Put the letters into sets according to line symmetry
Put the letters into sets according to rotational symmetry
Put the letters into sets according to topology
How many letters only use straight lines?
There is only one number whose English name uses as many straight
lines to write as the number itself.
Think of a number. Write it out in words. Write in words the number of
letters you've used (E.g. SIXTEEN-SEVEN-FIVE-FOUR). Continue do so and see what happens. Try 3 other numbers.
You always end at FOUR. In german you end up at VIER.
Numbers
Alan, Bill and Chris dug up 9 nuggets. Their weights were
154, 16, 19, 101, 10, 17, 13, 46 and 22 kgs. They took 3 each. Alan's
weighed twice as much as Bill's. How heavy were Chris's nuggets?
Ans: 272. Here's some octave code
nuggets=[154, 16, 19, 101, 10, 17, 13, 46 22];
alan=nchoosek(1:9,3);
[r c]=size(alan);
for i=1:r
alanchoice=alan(i,:);
indices=1:9;
indices(alanchoice)=[];
bill=nchoosek(1:6,3);
[r2 c2]=size(bill);
for j=1:r2
billchoice=indices(bill(j,:));
newindices=1:6;
newindices(bill(j,:))=[];
chrischoice=indices(newindices);
if (sum(nuggets(alanchoice))==2*sum(nuggets(billchoice)))
sum(nuggets(chrischoice))
end
end
end
The product of 3 brothers' ages is 175. Two are twins. How old is
the other one?
Ans: 7
A man has 2 bankcards, each with a 4 digit number. The 1st number
is 4 times the 2nd. The 1st number is the reverse of the 2nd. What
is the first number?
Ans: 8712. You could use trial and error. The smaller number must start with a 1
or a 2 (otherwise the bigger number would have 5 digits) so the bigger
number must end with 1 or 2. Actually, it has to be 2, because the bigger number must
be a multiple of 4. Consequently the numbers are 2**8 and 8**2. The digit
after the 2 has to be small (because 4 times the number is less than 10).
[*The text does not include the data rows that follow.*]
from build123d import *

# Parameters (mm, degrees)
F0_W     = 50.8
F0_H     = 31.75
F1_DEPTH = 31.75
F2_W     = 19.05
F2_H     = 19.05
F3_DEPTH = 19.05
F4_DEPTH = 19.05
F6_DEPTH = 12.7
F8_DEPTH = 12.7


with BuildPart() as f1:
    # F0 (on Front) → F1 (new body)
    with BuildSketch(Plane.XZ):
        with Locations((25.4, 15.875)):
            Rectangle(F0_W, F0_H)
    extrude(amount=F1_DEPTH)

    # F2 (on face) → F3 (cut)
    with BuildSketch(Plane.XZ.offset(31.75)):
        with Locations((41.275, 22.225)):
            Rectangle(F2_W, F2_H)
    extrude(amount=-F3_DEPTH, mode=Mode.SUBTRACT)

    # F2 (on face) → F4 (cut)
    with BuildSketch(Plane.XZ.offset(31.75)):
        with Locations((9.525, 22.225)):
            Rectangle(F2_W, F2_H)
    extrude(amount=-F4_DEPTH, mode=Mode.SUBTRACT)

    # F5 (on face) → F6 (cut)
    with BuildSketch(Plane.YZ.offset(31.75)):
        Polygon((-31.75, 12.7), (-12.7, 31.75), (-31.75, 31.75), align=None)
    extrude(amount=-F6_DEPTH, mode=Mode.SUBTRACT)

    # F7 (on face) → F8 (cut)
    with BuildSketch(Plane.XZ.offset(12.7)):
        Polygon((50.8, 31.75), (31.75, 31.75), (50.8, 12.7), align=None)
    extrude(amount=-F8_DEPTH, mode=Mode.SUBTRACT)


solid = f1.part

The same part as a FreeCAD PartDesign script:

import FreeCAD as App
import Part
import Sketcher

V = App.Vector
Q = App.Units.Quantity


def add_polygon(sketch, points):
    """Adds a closed chain of lines whose ends are joined by coincident constraints."""
    first, n = sketch.GeometryCount, len(points)
    for a, b in zip(points, points[1:] + points[:1]):
        sketch.addGeometry(Part.LineSegment(App.Vector(*a, 0), App.Vector(*b, 0)), False)
    for i in range(n):
        sketch.addConstraint(Sketcher.Constraint("Coincident", first + i, 2, first + (i + 1) % n, 1))

doc = App.newDocument("Part")
params = doc.addObject("Spreadsheet::Sheet", "Params")
for row, (alias, value) in enumerate([
    ("sketch1_width", "2 in"),
    ("sketch1_height", "1.25 in"),
    ("pad1_length", "1.25 in"),
    ("sketch2_width", "0.75 in"),
    ("pocket1_length", "0.75 in"),
    ("sketch3_width", "0.75 in"),
    ("pocket2_length", "0.75 in"),
    ("sketch4_width", "0.75 in"),
    ("pocket3_length", "0.5 in"),
    ("sketch5_width", "0.75 in"),
    ("pocket4_length", "0.5 in"),
], start=1):
    params.set(f"A{row}", alias)
    params.set(f"B{row}", "=" + value)
    params.setAlias(f"B{row}", alias)

body = doc.addObject("PartDesign::Body", "Body")

# Sketch on XZ plane
sketch1 = doc.addObject("Sketcher::SketchObject", "Sketch")
body.addObject(sketch1)
sketch1.AttachmentSupport = (doc.XZ_Plane, [""])
sketch1.MapMode = "FlatFace"
add_polygon(sketch1, [(0, 32), (0, 0), (51, 0), (51, 32)])  # lines 0-3
sketch1.addConstraint(Sketcher.Constraint("Vertical", 0))
sketch1.addConstraint(Sketcher.Constraint("Horizontal", 1))
sketch1.addConstraint(Sketcher.Constraint("Vertical", 2))
sketch1.addConstraint(Sketcher.Constraint("Horizontal", 3))
sketch1.addConstraint(Sketcher.Constraint("Coincident", 0, 2, -1, 1))
sketch1.addConstraint(Sketcher.Constraint("DistanceX", 1, 1, 1, 2, Q("2 in")))
sketch1.addConstraint(Sketcher.Constraint("DistanceY", 0, 2, 0, 1, Q("1.25 in")))
sketch1.setExpression("Constraints[9]", "Params.sketch1_width")
sketch1.setExpression("Constraints[10]", "Params.sketch1_height")
pad1 = doc.addObject("PartDesign::Pad", "Pad")
body.addObject(pad1)
pad1.Profile = sketch1
pad1.setExpression("Length", "Params.pad1_length")

# Sketch on XZ plane
sketch2 = doc.addObject("Sketcher::SketchObject", "Sketch001")
body.addObject(sketch2)
sketch2.AttachmentSupport = (doc.XZ_Plane, [""])
sketch2.MapMode = "FlatFace"
sketch2.AttachmentOffset = App.Placement(V(0, 0, 1.25 * 25.4), App.Rotation())
add_polygon(sketch2, [(32, 32), (32, 13), (51, 13), (51, 32)])  # lines 0-3
sketch2.addConstraint(Sketcher.Constraint("Vertical", 0))
sketch2.addConstraint(Sketcher.Constraint("Horizontal", 1))
sketch2.addConstraint(Sketcher.Constraint("Vertical", 2))
sketch2.addConstraint(Sketcher.Constraint("Horizontal", 3))
sketch2.addConstraint(Sketcher.Constraint("Equal", 3, 0))
sketch2.addConstraint(Sketcher.Constraint("DistanceX", -1, 1, 1, 2, Q("2 in")))
sketch2.addConstraint(Sketcher.Constraint("DistanceX", 1, 1, 1, 2, Q("0.75 in")))
sketch2.addConstraint(Sketcher.Constraint("DistanceY", -1, 1, 0, 2, Q("0.5 in")))
sketch2.setExpression("Constraints[10]", "Params.sketch2_width")
pocket1 = doc.addObject("PartDesign::Pocket", "Pocket")
body.addObject(pocket1)
pocket1.Profile = sketch2
pocket1.setExpression("Length", "Params.pocket1_length")

# Sketch on XZ plane
sketch3 = doc.addObject("Sketcher::SketchObject", "Sketch002")
body.addObject(sketch3)
sketch3.AttachmentSupport = (doc.XZ_Plane, [""])
sketch3.MapMode = "FlatFace"
sketch3.AttachmentOffset = App.Placement(V(0, 0, 1.25 * 25.4), App.Rotation())
add_polygon(sketch3, [(0, 32), (0, 13), (19, 13), (19, 32)])  # lines 0-3
sketch3.addConstraint(Sketcher.Constraint("Vertical", 0))
sketch3.addConstraint(Sketcher.Constraint("Horizontal", 1))
sketch3.addConstraint(Sketcher.Constraint("Vertical", 2))
sketch3.addConstraint(Sketcher.Constraint("Horizontal", 3))
sketch3.addConstraint(Sketcher.Constraint("PointOnObject", 0, 2, -2))
sketch3.addConstraint(Sketcher.Constraint("Equal", 3, 0))
sketch3.addConstraint(Sketcher.Constraint("DistanceX", 1, 1, 1, 2, Q("0.75 in")))
sketch3.addConstraint(Sketcher.Constraint("DistanceY", -1, 1, 0, 2, Q("0.5 in")))
sketch3.setExpression("Constraints[10]", "Params.sketch3_width")
pocket2 = doc.addObject("PartDesign::Pocket", "Pocket001")
body.addObject(pocket2)
pocket2.Profile = sketch3
pocket2.setExpression("Length", "Params.pocket2_length")

# Sketch on YZ plane
sketch4 = doc.addObject("Sketcher::SketchObject", "Sketch003")
body.addObject(sketch4)
sketch4.AttachmentSupport = (doc.YZ_Plane, [""])
sketch4.MapMode = "FlatFace"
sketch4.AttachmentOffset = App.Placement(V(0, 0, 1.25 * 25.4), App.Rotation())
add_polygon(sketch4, [(-32, 13), (-13, 32), (-32, 32)])  # lines 0-2
sketch4.addConstraint(Sketcher.Constraint("Horizontal", 1))
sketch4.addConstraint(Sketcher.Constraint("Vertical", 2))
sketch4.addConstraint(Sketcher.Constraint("Equal", 1, 2))
sketch4.addConstraint(Sketcher.Constraint("DistanceX", 1, 2, 1, 1, Q("0.75 in")))
sketch4.addConstraint(Sketcher.Constraint("DistanceX", 0, 2, -1, 1, Q("0.5 in")))
sketch4.addConstraint(Sketcher.Constraint("DistanceY", -1, 1, 2, 2, Q("0.5 in")))
sketch4.setExpression("Constraints[6]", "Params.sketch4_width")
pocket3 = doc.addObject("PartDesign::Pocket", "Pocket002")
body.addObject(pocket3)
pocket3.Profile = sketch4
pocket3.setExpression("Length", "Params.pocket3_length")

# Sketch on XZ plane
sketch5 = doc.addObject("Sketcher::SketchObject", "Sketch004")
body.addObject(sketch5)
sketch5.AttachmentSupport = (doc.XZ_Plane, [""])
sketch5.MapMode = "FlatFace"
sketch5.AttachmentOffset = App.Placement(V(0, 0, 0.5 * 25.4), App.Rotation())
add_polygon(sketch5, [(51, 32), (32, 32), (51, 13)])  # lines 0-2
sketch5.addConstraint(Sketcher.Constraint("Horizontal", 0))
sketch5.addConstraint(Sketcher.Constraint("Vertical", 2))
sketch5.addConstraint(Sketcher.Constraint("Equal", 0, 2))
sketch5.addConstraint(Sketcher.Constraint("DistanceX", -1, 1, 1, 2, Q("2 in")))
sketch5.addConstraint(Sketcher.Constraint("DistanceX", 0, 2, 0, 1, Q("0.75 in")))
sketch5.addConstraint(Sketcher.Constraint("DistanceY", -1, 1, 1, 2, Q("0.5 in")))
sketch5.setExpression("Constraints[7]", "Params.sketch5_width")
pocket4 = doc.addObject("PartDesign::Pocket", "Pocket003")
body.addObject(pocket4)
pocket4.Profile = sketch5
pocket4.setExpression("Length", "Params.pocket4_length")

doc.recompute()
Alternatively, here's an Octave program
for a=0:9
for b=0:9
for c=0:9
for d=0:9
number1=1000*a+100*b+10*c+d;
number2=1000*d+100*c+10*b+a;
if (number1 == 4*number2)
disp(number1)
end
end
end
end
end
Tom has 7 sandwiches, Jan has 5, Simon has none. They share them
out equally. Simon leaves, paying for his sandwiches by leaving 12 biscuits.
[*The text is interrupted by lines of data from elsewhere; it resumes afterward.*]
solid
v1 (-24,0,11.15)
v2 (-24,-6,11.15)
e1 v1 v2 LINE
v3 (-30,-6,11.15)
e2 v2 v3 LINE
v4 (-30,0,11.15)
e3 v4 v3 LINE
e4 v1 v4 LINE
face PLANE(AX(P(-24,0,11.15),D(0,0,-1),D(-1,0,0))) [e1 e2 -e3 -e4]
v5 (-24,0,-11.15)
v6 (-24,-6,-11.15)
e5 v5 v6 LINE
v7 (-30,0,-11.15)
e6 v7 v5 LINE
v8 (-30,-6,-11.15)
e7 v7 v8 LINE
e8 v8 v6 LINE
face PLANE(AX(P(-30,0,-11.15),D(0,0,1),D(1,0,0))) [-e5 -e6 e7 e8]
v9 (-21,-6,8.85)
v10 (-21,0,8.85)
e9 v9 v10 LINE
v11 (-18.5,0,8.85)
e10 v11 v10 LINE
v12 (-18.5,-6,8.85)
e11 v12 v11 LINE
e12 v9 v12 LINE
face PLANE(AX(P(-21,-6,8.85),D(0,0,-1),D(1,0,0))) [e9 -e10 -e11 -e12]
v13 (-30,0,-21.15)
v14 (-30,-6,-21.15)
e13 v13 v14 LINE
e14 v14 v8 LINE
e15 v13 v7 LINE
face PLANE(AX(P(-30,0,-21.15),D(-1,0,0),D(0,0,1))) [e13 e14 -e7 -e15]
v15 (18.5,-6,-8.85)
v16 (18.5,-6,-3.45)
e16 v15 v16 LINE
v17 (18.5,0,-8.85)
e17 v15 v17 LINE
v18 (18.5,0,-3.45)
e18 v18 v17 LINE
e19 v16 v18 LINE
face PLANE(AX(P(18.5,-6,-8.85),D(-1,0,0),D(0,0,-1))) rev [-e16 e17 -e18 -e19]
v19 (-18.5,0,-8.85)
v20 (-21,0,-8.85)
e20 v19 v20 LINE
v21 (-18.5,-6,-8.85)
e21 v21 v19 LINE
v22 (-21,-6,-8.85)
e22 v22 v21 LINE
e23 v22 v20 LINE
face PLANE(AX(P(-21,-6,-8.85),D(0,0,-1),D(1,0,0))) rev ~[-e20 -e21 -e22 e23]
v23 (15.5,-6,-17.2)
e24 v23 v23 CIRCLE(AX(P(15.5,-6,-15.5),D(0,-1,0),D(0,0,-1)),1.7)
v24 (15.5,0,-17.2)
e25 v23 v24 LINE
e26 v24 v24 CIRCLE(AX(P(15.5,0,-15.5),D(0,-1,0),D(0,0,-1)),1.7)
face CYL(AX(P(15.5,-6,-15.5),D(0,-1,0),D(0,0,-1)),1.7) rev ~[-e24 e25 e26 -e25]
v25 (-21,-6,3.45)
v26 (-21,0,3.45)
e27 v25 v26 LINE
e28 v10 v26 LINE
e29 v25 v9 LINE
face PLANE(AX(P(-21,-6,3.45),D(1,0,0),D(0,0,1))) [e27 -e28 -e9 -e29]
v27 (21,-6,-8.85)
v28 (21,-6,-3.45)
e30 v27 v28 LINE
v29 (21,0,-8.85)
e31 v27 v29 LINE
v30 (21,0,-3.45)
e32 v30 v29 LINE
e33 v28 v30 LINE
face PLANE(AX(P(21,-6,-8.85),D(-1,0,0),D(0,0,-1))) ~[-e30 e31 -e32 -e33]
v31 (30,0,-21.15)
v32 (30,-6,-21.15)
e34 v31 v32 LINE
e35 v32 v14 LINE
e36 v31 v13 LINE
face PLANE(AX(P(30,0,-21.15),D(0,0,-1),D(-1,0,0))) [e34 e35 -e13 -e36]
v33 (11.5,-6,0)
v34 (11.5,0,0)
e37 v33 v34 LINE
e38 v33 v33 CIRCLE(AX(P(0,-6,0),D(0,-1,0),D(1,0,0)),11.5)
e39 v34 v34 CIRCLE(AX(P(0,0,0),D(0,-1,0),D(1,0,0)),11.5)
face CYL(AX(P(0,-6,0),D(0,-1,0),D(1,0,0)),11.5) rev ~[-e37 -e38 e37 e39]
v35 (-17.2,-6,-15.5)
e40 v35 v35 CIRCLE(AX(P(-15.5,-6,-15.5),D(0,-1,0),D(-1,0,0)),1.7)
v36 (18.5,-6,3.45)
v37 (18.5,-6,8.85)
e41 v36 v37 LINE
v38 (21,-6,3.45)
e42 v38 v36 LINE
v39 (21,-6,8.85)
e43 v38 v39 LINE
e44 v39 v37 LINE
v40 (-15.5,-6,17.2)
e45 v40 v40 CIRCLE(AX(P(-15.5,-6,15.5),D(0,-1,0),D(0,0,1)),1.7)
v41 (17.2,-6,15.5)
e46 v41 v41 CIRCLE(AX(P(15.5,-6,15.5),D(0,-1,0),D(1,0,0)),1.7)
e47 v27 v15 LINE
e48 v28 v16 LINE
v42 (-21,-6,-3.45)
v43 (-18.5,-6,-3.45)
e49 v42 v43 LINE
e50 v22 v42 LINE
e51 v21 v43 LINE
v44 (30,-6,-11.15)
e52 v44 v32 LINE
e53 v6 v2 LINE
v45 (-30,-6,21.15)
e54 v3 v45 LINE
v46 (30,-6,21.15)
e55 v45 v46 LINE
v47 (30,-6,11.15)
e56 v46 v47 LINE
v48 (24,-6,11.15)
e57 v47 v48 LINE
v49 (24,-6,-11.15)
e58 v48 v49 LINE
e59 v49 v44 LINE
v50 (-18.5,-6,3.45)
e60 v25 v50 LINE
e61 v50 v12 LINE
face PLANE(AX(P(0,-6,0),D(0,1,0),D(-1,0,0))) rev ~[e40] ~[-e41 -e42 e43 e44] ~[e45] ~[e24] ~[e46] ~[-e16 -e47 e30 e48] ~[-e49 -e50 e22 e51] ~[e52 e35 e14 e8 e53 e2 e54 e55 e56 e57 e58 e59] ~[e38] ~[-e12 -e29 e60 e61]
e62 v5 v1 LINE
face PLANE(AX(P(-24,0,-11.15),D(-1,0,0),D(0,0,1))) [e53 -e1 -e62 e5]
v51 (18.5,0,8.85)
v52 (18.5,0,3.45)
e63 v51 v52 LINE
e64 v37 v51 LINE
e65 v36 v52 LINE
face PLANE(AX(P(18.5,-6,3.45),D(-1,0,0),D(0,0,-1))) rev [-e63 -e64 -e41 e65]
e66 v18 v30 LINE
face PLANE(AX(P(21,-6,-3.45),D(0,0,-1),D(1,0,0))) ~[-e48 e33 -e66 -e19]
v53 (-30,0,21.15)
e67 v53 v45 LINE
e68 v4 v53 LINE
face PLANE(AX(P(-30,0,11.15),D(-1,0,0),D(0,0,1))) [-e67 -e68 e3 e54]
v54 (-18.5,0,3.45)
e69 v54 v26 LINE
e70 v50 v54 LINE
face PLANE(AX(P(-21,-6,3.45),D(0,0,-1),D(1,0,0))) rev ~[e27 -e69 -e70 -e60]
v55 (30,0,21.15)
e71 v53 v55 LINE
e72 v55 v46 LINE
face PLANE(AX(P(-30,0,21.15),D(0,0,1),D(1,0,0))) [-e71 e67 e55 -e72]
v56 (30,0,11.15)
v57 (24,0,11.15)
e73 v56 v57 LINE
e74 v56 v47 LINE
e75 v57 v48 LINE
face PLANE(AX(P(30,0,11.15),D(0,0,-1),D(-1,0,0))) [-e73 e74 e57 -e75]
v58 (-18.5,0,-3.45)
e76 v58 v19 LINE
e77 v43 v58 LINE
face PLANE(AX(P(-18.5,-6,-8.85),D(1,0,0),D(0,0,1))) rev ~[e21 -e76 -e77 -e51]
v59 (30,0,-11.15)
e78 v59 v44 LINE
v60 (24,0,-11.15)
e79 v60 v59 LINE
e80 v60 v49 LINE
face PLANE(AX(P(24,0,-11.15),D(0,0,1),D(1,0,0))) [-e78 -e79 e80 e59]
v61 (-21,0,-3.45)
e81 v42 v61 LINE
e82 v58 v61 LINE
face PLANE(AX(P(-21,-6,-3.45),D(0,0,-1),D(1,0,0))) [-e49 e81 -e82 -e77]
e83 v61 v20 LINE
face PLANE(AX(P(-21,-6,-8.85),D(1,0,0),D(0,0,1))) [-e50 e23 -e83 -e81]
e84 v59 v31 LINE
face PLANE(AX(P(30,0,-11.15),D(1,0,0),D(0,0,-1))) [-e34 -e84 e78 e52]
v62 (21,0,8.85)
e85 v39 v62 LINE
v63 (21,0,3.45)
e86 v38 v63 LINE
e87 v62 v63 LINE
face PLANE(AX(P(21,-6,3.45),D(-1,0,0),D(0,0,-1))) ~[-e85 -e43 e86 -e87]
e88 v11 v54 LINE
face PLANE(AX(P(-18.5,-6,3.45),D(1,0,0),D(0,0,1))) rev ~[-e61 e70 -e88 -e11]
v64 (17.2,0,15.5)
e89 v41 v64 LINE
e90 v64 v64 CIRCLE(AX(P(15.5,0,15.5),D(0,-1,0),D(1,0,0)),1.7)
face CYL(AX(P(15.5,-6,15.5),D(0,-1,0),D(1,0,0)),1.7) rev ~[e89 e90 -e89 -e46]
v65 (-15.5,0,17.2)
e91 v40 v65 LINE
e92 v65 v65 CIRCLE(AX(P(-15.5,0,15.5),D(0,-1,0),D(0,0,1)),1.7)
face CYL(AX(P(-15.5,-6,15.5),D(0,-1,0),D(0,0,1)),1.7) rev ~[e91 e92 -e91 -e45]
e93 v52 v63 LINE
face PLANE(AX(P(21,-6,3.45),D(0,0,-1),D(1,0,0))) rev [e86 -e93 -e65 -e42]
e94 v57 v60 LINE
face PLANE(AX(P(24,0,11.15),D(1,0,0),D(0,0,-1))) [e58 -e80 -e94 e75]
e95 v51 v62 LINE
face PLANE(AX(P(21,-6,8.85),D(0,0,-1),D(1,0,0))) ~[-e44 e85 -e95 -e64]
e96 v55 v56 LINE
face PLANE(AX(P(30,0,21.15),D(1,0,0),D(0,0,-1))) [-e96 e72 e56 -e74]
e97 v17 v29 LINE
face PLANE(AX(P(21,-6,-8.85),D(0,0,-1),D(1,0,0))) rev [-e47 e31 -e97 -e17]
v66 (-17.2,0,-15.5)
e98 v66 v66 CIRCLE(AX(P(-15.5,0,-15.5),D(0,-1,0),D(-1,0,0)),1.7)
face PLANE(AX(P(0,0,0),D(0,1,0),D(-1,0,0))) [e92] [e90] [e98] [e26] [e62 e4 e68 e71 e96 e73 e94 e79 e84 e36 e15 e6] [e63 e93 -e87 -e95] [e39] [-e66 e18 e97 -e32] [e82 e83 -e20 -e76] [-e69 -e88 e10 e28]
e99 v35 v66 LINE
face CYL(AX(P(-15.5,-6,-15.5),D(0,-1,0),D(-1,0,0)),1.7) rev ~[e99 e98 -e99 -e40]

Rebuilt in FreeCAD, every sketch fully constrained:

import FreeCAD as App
import Part
import Sketcher

V = App.Vector

doc = App.newDocument("Part")
body = doc.addObject("PartDesign::Body", "Body")

# Sketch on XZ plane
sketch1 = doc.addObject("Sketcher::SketchObject", "Sketch")
body.addObject(sketch1)
sketch1.AttachmentSupport = (doc.XZ_Plane, [""])
sketch1.MapMode = "FlatFace"
sketch1.addGeometry(Part.LineSegment(V(30, 21, 0), V(-30, 21, 0)), False)
sketch1.addGeometry(Part.LineSegment(V(-30, 21, 0), V(-30, 11, 0)), False)
sketch1.addGeometry(Part.LineSegment(V(-30, 11, 0), V(-24, 11, 0)), False)
sketch1.addGeometry(Part.LineSegment(V(-24, 11, 0), V(-24, -11, 0)), False)
sketch1.addGeometry(Part.LineSegment(V(-24, -11, 0), V(-30, -11, 0)), False)
sketch1.addGeometry(Part.LineSegment(V(-30, -11, 0), V(-30, -21, 0)), False)
sketch1.addGeometry(Part.LineSegment(V(-30, -21, 0), V(30, -21, 0)), False)
sketch1.addGeometry(Part.LineSegment(V(30, -21, 0), V(30, -11, 0)), False)
sketch1.addGeometry(Part.LineSegment(V(30, -11, 0), V(24, -11, 0)), False)
sketch1.addGeometry(Part.LineSegment(V(24, -11, 0), V(24, 11, 0)), False)
sketch1.addGeometry(Part.LineSegment(V(24, 11, 0), V(30, 11, 0)), False)
sketch1.addGeometry(Part.LineSegment(V(30, 11, 0), V(30, 21, 0)), False)
sketch1.addConstraint(Sketcher.Constraint("Coincident", 0, 2, 1, 1))
sketch1.addConstraint(Sketcher.Constraint("Coincident", 1, 2, 2, 1))
sketch1.addConstraint(Sketcher.Constraint("Coincident", 2, 2, 3, 1))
What's the fairest way for Tom and Jan to share out the biscuits?
Ans: 3 to Jan
A cyclist buys a cycle for 15 pounds paying with a 25 pound cheque.
The seller changes the cheque next door and gives the cyclist 10 pounds
change. The cheque bounces so the seller paid his neighbour back. The
cycle cost the seller 11 pounds. How much did the seller lose?
Ans: 21 pounds?
Using four "4"s and common symbols (including the square root, factorial
and recurring decimal symbols), make sums whose answers
are 0, 1, 2....100 (See Mathematical Bafflers)
Make fractions (each using all the digits from 1 to 9) with these values
1/2, 1/3....1/9
Ans:
A greengrocer was selling apples at a penny each, bananas at 2
for a penny and pears at 3 for a penny. A father spent 7p and got the same amount (greater than 0) of each type of fruit for each of
his 3 children. What did each child get?
Ans: 1 apple, 2 bananas and 1 pear.
A woman bought something costing 34c. She only had 3 coins: $1, 2c and
3c. The shopkeeper had only 2 coins: 25c and 50c. Fortunately another
customer had 2 10c coins, a 5c coin, 2 2c coin and a 1c coin. How did they
sort things out?
Ans: They pool the money. The woman takes 71 (50 + 10 + 10 + 1), the shopkeeper takes 109 (100 + 5 + 2 + 2) and
the customer 30 (25 + 3 + 2).
Mr and Mrs A are 120 km apart. A bee is on Mr A's nose. The couple
cycle towards each other, Mr A at 25km/h and Mrs A and 15km/h. The bee
dashes from Mr A's nose to Mrs A's nose and back again and so on at 60km/h.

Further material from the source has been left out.